Or

4
Tutorials that teach
Measures of Center

Take your pick:

Tutorial

Hi. This tutorial will help you answer the question, which measure of center? So we're going to look at a couple different measures of center and see which one gives us the best way of summarizing a data set. So we're going to take a look at this data set.

So the picture shows the estimated values of the houses on the block in St. Paul, Minnesota. And this is, by no means, a representative neighborhood in St. Paul-- pretty affluent. So there are nine houses on the block. And each of the numbers next to the house represents the estimated value that is placed on that house. So we can see that the house on the corner here is valued at $429,000, the k meaning thousand.

So down here in the data set, I have 429, because I'm measuring this in thousands of dollars. $681,000 is here, $623,000 is here. If you go to the end of the block, the corner house here, very big house valued at $2.08 million. So down here, I have that listed as 2,080, because in thousands of dollars, that would give you $2.08 million.

So that's the data set we're going to use. And what we're going to do with that data set first is to find all three of the measures of center. So we need to find the mean, the median, and the mode. So we'll start with the mean. So recall that with the mean, you need to add up all of the values and divide by how many there are.

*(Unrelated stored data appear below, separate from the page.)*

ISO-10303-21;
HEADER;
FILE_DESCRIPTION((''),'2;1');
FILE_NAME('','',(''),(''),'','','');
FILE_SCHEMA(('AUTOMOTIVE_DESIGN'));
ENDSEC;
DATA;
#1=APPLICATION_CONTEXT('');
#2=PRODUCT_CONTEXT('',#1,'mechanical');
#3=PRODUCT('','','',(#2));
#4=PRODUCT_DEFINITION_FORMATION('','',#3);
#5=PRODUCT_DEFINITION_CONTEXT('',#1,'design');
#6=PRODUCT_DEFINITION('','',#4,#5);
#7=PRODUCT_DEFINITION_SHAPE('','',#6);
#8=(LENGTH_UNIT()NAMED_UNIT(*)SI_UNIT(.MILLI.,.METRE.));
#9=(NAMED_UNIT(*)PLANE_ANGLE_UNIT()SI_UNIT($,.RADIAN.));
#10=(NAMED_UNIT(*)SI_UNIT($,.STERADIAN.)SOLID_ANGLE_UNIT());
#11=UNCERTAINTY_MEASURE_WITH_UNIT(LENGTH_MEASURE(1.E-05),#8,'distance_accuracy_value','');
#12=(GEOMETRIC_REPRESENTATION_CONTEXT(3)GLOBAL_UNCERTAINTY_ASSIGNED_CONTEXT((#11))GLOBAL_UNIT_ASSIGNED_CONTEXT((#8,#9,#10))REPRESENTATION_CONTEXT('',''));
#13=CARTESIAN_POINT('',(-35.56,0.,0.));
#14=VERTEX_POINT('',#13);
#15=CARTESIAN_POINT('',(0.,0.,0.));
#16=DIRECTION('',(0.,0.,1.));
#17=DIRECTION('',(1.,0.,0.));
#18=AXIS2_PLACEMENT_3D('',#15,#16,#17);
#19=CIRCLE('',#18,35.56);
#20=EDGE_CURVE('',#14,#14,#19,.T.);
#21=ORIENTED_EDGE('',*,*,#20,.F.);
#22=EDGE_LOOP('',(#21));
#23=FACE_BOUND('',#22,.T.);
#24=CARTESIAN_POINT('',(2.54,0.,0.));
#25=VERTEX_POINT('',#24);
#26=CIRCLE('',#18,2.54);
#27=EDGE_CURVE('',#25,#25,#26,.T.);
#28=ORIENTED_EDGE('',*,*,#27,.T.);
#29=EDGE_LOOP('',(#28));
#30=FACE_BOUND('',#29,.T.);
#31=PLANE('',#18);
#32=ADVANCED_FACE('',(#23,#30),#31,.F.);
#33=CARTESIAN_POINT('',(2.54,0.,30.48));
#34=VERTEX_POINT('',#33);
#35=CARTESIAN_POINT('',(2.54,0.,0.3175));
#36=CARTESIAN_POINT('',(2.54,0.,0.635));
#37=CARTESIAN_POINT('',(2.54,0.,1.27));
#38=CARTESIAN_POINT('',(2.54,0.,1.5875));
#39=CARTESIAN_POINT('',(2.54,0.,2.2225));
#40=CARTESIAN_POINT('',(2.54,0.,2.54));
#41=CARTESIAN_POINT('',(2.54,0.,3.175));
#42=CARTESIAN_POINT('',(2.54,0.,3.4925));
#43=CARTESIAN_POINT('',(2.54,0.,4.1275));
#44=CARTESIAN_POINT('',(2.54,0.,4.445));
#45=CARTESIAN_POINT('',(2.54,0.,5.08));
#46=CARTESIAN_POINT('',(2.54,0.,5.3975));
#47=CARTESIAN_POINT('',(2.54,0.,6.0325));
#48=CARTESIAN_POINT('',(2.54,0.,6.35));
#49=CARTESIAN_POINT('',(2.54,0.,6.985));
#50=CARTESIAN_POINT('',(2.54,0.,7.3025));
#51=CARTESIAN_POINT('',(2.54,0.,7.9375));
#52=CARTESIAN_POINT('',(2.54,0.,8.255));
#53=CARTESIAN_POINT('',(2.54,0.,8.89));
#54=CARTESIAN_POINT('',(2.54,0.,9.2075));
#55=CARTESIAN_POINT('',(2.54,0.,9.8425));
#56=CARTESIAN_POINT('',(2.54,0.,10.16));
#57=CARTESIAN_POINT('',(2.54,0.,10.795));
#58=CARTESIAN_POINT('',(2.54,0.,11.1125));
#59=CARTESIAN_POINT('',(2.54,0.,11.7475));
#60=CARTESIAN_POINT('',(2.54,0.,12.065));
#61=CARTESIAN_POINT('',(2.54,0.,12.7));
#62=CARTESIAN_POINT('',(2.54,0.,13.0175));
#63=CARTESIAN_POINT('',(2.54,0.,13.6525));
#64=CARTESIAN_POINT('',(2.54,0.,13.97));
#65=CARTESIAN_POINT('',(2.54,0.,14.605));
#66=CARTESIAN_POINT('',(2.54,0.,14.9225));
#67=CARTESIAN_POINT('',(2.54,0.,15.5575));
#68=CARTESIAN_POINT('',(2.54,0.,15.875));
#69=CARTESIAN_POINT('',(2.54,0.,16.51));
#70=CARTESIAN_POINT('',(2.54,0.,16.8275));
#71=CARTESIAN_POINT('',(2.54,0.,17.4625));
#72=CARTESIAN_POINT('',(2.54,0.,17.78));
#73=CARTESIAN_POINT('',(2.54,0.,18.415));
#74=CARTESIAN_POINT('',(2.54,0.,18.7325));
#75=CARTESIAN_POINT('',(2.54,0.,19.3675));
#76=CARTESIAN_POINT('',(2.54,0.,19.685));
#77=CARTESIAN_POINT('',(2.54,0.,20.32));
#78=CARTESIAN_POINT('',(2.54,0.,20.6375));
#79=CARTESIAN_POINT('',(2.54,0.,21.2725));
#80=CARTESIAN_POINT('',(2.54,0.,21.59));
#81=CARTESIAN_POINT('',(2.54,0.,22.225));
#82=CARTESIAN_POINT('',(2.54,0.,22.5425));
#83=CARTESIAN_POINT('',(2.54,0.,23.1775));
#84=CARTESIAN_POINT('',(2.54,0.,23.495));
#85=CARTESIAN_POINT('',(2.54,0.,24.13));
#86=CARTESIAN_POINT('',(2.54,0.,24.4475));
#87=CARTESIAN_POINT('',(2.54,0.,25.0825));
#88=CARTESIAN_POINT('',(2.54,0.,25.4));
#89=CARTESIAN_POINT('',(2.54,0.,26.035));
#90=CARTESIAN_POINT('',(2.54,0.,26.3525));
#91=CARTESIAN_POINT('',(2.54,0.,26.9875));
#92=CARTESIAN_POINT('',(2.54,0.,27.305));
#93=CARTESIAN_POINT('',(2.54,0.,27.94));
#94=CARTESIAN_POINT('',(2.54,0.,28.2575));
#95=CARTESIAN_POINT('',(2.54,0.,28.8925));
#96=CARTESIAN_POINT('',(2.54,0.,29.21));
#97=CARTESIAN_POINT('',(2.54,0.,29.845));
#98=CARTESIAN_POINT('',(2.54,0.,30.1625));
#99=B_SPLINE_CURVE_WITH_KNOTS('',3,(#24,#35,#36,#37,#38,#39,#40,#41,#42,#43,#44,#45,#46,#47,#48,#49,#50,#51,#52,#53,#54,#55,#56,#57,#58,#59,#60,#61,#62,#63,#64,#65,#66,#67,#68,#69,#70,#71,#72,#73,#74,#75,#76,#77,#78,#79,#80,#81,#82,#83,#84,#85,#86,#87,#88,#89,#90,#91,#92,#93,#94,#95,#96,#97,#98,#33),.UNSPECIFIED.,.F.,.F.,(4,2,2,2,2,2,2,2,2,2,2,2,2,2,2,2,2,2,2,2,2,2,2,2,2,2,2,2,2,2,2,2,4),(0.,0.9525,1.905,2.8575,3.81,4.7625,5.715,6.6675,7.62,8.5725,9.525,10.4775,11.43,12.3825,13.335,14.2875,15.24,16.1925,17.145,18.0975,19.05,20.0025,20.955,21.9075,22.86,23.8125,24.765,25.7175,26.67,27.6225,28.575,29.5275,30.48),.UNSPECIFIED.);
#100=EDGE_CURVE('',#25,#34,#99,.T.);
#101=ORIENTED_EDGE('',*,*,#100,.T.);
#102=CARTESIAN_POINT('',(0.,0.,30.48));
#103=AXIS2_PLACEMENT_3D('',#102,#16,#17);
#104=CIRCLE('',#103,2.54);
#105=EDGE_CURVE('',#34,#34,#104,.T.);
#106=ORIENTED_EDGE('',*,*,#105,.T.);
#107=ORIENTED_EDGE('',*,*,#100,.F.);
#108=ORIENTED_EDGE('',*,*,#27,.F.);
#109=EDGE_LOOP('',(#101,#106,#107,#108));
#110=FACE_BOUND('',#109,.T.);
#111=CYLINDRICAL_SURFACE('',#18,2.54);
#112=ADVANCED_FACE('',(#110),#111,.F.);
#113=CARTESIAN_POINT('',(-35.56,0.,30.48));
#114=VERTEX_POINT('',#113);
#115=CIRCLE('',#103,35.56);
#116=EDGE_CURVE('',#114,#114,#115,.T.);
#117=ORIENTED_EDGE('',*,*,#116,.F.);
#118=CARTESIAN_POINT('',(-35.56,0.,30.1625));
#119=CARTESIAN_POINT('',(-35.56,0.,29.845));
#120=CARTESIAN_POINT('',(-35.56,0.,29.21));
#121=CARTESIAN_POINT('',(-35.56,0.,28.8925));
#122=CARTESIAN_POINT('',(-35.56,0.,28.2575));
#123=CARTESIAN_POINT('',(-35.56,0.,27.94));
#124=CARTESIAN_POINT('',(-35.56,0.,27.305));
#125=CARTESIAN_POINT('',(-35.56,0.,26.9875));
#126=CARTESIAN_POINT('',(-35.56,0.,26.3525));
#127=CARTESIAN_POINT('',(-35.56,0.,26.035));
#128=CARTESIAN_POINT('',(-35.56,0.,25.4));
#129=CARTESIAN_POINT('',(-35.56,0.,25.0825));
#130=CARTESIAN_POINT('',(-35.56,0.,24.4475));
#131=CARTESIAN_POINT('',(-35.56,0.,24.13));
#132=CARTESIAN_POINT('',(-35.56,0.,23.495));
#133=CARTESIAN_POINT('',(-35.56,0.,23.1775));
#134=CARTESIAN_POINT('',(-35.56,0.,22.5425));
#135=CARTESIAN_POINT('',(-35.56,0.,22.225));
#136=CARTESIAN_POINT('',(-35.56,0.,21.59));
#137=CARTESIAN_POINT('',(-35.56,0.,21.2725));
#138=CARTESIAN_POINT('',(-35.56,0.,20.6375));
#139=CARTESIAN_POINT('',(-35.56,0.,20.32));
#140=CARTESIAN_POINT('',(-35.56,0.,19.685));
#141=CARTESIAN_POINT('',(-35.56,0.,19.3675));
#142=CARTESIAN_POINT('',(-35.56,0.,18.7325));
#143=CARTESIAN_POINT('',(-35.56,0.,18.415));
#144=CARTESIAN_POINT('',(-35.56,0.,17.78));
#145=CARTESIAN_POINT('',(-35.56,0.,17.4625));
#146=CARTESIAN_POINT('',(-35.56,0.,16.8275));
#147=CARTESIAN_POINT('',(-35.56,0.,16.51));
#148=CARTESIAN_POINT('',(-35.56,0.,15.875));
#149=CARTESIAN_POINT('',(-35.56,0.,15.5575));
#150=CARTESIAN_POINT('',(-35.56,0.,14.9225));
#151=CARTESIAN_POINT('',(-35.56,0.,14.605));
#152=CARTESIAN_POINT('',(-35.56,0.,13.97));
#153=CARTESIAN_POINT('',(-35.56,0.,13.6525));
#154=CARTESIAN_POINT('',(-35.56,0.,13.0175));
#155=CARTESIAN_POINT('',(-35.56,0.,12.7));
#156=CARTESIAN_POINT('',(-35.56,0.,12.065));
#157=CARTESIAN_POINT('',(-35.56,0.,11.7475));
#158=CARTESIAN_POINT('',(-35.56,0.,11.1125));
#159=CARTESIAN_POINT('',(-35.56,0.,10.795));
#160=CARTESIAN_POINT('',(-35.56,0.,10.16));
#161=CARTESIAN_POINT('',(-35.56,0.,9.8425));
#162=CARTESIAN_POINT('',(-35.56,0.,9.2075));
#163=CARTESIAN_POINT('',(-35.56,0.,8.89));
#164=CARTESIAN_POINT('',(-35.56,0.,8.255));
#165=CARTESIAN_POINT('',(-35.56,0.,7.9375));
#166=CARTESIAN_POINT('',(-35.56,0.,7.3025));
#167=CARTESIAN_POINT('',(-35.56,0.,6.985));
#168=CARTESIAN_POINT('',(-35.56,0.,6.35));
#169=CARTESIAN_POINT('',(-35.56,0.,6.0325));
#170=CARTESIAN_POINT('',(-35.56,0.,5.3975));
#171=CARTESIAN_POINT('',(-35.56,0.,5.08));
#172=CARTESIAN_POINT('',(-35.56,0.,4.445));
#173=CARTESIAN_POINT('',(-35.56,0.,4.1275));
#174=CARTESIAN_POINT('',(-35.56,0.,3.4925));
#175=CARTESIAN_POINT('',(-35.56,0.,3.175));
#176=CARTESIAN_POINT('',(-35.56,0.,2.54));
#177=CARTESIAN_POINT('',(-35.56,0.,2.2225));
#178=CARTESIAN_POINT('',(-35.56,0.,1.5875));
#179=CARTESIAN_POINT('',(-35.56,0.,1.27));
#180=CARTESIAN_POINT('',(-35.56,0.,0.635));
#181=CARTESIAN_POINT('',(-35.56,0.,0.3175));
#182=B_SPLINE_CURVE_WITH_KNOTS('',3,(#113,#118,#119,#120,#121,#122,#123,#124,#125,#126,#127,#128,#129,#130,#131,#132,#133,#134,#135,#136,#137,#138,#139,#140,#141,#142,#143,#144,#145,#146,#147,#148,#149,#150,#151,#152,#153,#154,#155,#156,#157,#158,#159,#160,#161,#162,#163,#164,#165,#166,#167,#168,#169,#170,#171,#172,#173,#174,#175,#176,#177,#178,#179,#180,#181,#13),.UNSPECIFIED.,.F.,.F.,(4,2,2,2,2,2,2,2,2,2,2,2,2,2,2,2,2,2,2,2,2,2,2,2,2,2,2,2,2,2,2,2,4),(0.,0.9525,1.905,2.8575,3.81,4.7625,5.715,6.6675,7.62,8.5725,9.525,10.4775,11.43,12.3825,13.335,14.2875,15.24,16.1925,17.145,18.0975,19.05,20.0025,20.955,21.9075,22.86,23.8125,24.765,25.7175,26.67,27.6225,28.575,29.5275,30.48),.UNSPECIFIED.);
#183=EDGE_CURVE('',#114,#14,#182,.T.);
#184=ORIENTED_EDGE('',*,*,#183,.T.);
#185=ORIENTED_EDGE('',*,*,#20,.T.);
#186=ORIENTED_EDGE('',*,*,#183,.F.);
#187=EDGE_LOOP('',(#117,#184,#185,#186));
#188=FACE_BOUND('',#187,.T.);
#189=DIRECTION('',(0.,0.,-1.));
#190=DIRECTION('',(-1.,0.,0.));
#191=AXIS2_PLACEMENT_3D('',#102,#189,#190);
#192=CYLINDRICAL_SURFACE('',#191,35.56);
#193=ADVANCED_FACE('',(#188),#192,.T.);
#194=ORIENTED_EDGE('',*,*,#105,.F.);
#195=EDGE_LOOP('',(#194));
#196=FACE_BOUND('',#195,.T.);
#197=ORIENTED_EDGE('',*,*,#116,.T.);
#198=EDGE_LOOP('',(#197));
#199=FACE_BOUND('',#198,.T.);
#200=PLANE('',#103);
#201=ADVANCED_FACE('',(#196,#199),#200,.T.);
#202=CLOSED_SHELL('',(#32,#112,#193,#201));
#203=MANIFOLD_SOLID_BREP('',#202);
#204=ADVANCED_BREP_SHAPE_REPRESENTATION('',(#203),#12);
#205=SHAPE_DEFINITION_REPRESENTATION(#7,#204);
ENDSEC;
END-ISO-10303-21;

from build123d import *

# Parameters (mm, degrees)
SKETCH1_R           = 35.56
BOSS_EXTRUDE1_DEPTH = 30.48
SKETCH2_R           = 2.54
CUT_EXTRUDE1_DEPTH  = 30.48


with BuildPart() as part:
    # Sketch1 → Boss-Extrude1 (new body)
    with BuildSketch(Plane.XY):
        with Locations(Location((0, 0, 0), (0, 0, 180))):
            Circle(SKETCH1_R)
    extrude(amount=BOSS_EXTRUDE1_DEPTH)

    # Sketch2 → Cut-Extrude1 (cut)
    with BuildSketch(Plane.XY.offset(30.48)):
        Circle(SKETCH2_R)
    extrude(amount=-CUT_EXTRUDE1_DEPTH, mode=Mode.SUBTRACT)


solid = part.part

So we already said there was nine houses on this block. So we're going to divide by 9. But let's do the sum first. So I'm just adding all of these up, making sure I don't type anything in wrong, and let's see if I got them all. It looks like I've missed one. Oh, I missed the 776. So I'm going to put that in there.

So it's always a good idea to go back and double check to make sure you have all the numbers so you don't make a mistake like I just did. So the sum ends up being 7,122. So really, what that means is that all of the houses on the block added together end up being valued at about $7 million.

But now we want to spread that out over all nine houses. So we need to divide that by 9, the sample size. And this will give me something-- or it'll be approximately equal to about 791. And I'll just round that to the nearest whole number. So the mean is about $791,000.

So we'll come back to that number, and we'll interpret all of them at the end. The next thing I want is the median. So with the median, what I need is, I need all of my data in order from-- usually, I do least to greatest. So I'm going to reorder the numbers, least to greatest. So 429, my next largest number is 568. Then I have 623, then 637, then 664, then 681, 776, and the big one, 2080.

So again, I am looking for the median. So with the median, the median is the middle number. If you have an odd number of numbers, it is the middle number. If you have an even number of numbers, it's the average of the two middle numbers.

So in this case, we have an odd number of numbers. So if I have nine values, that means that the median will be the fifth value. So we just count in, 1, 2, 3, 4, 5. This ends up being 664. So that means that since that's the median, I have four values on this side, four values on this side. So my median here is 664.

And now the mode-- the mode is the most frequently occurring number. And really in this case, there's only one number that's repeated-- those two houses that were next to each other. So your mode is also 664. And it's just a coincidence that these two numbers are the same, but still interesting.

So now if we take a look at all of these numbers, let's start with the mean. The mean notice is quite a bit higher. It's actually higher than all of the values, except for the big mansion at the end of the block. So what happened here is that remember that the mean is very sensitive to outliers. So it's sensitive to outliers, so that means that this $2.08 million house is going to have a big effect on this mean. So it pulled the mean way up.

Now, the median, that number is right in the middle. So the median is resistant to outliers. So actually, a lot of times when they're quoting house values, they're going to quote you the median house value. They're not going to give you the mean, because if there is a mansion on the block, or let's say that there's a house worth very little, that's really going to change that mean housing value. So a lot of times, they're going to quote you the median value.

So a lot of times, if there are outliers, a median is generally a better value that will help you summarize the data. That mean is usually good too. And that's good, again, when you don't have outliers. But then again, the mean does, it tells you well, there's that big house at the end of the block. That it does have an effect on the mean. So sometimes, it is good to quote both values.

Now the mode-- for this type of data set, the mode is not very meaningful. Yeah, it does tell you that there's two houses of the same price. But other than that, it doesn't really tell you much. Generally, the mode is more effective when you have a large list of data. Or maybe if you have a frequency table, again, with many values, and you can get a range of values that occurs the most.

I will note that the mean is the most commonly used measure of center. And usually, it does do a pretty good job summarizing the data. When describing a data set, sometimes the mean does not provide a representative value due to outliers. In the house example, the $2.08 million house pulls the mean up. The median provides a more representative measure of center. And although there was a mode in the house value example, the mode is more relevant when data is grouped into numerical intervals or categories.

I'll also note that when you're dealing with qualitative data, the mode is really the only measure of center that you can use. You're not going to be able to calculate a mean or a median for qualitative data. And we use the mode because then we can talk about the most frequent category.

So again, to recap, mean is is sensitive to outliers, median is resistant to outliers. And the mode is generally more valuable in a larger data set, especially when it's grouped, when we're dealing with group data.

So that has been the tutorial on choosing which measure of center. Thanks for watching.